Copy verbatim the block of lines in the entries below whose first line contains "e54 v40 v39" and whose last line contains "e58 v32 v25 LINE". Leave out all other lines.

■ Stored items ■
%%

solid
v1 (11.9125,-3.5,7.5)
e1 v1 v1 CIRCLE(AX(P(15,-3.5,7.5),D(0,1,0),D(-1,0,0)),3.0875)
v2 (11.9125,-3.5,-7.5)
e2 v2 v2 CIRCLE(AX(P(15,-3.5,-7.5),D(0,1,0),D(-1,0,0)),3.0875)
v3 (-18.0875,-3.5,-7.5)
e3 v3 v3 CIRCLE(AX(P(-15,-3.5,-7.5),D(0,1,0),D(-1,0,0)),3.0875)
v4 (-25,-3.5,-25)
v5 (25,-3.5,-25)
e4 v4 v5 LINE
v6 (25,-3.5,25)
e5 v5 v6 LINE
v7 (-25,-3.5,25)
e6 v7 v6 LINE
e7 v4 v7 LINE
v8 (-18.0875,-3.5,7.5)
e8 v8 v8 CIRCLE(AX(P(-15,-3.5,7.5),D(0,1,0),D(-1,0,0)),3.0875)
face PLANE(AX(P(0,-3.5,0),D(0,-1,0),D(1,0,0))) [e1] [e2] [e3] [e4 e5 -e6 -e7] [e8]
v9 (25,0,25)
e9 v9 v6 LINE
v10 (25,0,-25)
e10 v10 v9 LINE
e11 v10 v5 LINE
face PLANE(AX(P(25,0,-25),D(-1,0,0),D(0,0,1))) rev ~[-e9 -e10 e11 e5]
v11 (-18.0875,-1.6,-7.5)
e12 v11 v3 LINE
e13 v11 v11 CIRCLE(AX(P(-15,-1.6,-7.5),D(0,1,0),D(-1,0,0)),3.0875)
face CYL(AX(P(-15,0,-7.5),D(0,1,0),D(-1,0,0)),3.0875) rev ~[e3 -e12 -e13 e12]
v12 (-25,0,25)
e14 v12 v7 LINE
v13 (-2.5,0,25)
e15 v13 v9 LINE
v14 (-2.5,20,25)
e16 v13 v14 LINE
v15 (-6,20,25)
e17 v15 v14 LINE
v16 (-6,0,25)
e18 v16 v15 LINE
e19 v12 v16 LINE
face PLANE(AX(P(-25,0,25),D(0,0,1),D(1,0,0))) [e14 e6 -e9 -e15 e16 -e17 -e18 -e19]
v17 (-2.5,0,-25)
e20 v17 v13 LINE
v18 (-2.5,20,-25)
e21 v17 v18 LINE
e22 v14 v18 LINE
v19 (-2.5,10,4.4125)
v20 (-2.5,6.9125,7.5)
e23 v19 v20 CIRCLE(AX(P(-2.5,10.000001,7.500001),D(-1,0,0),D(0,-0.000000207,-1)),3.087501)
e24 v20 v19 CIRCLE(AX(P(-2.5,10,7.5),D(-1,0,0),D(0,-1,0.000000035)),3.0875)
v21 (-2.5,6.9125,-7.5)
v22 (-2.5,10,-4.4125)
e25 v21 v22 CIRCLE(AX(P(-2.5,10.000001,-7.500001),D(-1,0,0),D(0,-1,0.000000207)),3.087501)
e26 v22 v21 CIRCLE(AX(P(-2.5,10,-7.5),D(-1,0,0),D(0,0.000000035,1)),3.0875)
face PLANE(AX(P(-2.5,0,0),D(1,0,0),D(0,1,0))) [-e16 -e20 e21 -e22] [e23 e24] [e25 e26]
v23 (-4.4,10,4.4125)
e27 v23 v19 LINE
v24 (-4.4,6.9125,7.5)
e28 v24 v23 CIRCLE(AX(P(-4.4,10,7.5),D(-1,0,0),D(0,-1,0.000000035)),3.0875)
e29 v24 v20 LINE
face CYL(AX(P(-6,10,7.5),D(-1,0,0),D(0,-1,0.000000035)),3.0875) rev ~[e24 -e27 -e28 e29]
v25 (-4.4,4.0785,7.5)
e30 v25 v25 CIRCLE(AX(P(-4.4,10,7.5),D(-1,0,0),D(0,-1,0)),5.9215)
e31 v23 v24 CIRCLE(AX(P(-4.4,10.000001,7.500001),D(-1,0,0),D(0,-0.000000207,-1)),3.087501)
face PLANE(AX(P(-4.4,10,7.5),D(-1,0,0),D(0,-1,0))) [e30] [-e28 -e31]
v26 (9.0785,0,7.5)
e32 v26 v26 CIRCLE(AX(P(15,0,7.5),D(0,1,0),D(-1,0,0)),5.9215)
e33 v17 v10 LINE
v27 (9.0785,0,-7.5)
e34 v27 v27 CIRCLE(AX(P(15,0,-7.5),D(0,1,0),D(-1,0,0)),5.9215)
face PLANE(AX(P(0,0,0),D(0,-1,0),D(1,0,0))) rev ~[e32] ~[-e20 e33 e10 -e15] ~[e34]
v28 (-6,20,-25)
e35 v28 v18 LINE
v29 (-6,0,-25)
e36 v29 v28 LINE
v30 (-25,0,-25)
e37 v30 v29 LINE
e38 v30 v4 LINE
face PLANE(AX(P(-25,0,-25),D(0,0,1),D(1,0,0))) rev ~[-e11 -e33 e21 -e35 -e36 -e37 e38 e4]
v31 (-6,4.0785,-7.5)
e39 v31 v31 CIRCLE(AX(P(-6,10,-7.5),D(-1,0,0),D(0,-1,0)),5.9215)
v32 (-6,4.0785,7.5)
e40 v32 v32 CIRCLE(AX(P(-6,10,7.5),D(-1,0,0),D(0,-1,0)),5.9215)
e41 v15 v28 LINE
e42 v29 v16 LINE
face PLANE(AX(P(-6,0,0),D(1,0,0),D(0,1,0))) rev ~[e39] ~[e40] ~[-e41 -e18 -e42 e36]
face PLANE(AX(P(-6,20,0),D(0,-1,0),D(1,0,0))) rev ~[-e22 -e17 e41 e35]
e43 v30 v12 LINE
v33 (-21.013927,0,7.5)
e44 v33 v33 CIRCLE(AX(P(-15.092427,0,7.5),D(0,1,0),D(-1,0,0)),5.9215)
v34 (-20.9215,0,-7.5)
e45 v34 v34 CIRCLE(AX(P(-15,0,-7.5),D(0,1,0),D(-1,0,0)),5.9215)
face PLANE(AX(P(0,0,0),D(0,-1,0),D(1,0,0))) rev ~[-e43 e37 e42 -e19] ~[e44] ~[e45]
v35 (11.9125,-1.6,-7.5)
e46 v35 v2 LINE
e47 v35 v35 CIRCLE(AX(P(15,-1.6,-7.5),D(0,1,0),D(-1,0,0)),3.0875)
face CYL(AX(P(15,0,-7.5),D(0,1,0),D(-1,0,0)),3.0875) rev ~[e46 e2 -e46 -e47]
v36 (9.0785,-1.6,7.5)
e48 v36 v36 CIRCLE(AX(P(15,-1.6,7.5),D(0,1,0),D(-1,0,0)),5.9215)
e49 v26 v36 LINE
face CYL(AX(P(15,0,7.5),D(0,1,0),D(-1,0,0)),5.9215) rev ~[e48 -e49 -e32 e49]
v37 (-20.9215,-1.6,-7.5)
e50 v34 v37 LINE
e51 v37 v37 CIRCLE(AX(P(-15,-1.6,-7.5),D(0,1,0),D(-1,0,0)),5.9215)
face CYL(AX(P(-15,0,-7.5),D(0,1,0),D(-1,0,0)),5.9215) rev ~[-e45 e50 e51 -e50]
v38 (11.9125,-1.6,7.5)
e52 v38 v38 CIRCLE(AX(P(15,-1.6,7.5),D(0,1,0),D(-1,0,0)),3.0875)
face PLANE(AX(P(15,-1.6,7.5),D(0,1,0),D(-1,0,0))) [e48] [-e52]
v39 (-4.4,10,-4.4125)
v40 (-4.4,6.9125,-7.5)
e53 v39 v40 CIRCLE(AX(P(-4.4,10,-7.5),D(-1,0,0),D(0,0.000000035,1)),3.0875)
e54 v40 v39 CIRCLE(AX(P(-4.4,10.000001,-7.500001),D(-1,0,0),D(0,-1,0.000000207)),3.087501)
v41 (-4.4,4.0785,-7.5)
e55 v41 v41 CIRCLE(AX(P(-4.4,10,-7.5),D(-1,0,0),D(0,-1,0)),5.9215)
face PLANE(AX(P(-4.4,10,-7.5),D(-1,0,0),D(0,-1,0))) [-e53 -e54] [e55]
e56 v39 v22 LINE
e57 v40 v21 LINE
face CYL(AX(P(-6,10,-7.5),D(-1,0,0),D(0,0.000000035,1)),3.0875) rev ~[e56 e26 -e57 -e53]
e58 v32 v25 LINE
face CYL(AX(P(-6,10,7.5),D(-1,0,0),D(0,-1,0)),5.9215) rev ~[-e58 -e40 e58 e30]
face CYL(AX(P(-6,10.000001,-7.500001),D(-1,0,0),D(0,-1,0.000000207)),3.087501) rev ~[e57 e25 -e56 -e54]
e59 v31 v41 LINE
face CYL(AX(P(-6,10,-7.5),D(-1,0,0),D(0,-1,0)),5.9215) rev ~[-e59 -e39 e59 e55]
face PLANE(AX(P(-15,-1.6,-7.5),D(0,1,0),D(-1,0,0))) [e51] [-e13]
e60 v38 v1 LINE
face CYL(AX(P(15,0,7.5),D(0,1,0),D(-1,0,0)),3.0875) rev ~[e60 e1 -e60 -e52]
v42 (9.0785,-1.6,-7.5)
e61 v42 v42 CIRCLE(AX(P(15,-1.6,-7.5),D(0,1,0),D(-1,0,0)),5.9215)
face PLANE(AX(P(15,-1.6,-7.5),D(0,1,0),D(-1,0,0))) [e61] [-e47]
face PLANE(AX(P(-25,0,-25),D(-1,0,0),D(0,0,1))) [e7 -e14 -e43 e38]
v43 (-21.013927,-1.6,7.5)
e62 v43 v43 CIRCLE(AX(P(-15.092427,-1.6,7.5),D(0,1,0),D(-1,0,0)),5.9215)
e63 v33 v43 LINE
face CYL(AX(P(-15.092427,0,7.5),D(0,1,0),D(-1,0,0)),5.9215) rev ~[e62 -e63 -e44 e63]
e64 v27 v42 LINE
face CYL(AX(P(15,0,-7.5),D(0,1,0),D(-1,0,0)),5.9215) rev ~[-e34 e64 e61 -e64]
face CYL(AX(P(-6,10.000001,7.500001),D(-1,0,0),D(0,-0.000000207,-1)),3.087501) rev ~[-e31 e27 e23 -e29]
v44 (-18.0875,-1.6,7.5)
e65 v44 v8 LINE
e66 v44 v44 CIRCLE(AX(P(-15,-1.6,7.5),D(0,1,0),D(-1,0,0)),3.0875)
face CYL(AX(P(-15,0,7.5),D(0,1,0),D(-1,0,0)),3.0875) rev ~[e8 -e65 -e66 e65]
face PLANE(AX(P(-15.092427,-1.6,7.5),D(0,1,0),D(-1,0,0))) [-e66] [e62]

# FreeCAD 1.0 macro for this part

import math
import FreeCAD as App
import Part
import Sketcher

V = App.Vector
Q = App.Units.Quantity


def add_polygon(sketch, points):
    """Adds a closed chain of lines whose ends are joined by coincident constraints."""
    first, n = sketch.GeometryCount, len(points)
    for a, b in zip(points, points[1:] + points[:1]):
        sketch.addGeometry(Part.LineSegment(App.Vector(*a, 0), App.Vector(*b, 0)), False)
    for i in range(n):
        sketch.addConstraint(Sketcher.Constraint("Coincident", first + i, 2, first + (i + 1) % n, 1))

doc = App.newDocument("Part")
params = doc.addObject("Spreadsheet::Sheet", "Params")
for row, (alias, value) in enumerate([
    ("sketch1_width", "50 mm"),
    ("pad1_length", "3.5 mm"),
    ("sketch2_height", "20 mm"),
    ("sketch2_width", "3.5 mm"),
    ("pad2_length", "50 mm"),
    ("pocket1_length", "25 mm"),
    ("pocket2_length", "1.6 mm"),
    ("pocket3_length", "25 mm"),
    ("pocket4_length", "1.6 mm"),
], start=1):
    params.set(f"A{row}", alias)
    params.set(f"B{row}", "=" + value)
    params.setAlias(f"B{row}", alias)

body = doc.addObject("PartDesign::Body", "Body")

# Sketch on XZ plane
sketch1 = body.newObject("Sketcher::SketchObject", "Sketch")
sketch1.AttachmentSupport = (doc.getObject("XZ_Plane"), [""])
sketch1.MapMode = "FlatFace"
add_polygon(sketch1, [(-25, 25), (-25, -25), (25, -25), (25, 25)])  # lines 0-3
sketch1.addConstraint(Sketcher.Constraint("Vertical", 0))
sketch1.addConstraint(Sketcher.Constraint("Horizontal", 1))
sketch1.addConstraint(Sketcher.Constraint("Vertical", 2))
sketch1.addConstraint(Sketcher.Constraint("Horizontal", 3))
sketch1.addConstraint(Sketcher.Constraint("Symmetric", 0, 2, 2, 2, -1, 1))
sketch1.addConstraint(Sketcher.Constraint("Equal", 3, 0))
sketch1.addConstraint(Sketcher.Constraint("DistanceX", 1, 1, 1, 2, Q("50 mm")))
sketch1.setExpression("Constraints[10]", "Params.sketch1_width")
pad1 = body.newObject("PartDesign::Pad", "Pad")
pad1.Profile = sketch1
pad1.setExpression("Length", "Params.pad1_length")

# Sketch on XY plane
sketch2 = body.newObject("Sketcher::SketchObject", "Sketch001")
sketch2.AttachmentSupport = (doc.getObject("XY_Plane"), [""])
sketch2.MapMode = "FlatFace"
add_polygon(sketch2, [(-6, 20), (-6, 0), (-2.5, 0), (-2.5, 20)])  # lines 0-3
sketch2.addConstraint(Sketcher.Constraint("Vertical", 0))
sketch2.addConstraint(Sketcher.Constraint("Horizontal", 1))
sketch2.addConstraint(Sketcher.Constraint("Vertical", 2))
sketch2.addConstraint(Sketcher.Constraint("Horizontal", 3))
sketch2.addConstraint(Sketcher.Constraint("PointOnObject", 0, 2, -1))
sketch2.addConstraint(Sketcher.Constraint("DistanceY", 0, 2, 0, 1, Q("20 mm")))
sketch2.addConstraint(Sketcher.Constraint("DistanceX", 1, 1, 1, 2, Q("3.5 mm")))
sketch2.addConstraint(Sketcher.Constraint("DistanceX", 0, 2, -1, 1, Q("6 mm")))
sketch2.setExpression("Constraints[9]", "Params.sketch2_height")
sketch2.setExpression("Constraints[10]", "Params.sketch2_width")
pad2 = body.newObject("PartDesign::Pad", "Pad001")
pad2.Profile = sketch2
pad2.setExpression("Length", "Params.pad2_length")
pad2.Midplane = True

%%

■ The answer ■
e54 v40 v39 CIRCLE(AX(P(-4.4,10.000001,-7.500001),D(-1,0,0),D(0,-1,0.000000207)),3.087501)
v41 (-4.4,4.0785,-7.5)
e55 v41 v41 CIRCLE(AX(P(-4.4,10,-7.5),D(-1,0,0),D(0,-1,0)),5.9215)
face PLANE(AX(P(-4.4,10,-7.5),D(-1,0,0),D(0,-1,0))) [-e53 -e54] [e55]
e56 v39 v22 LINE
e57 v40 v21 LINE
face CYL(AX(P(-6,10,-7.5),D(-1,0,0),D(0,0.000000035,1)),3.0875) rev ~[e56 e26 -e57 -e53]
e58 v32 v25 LINE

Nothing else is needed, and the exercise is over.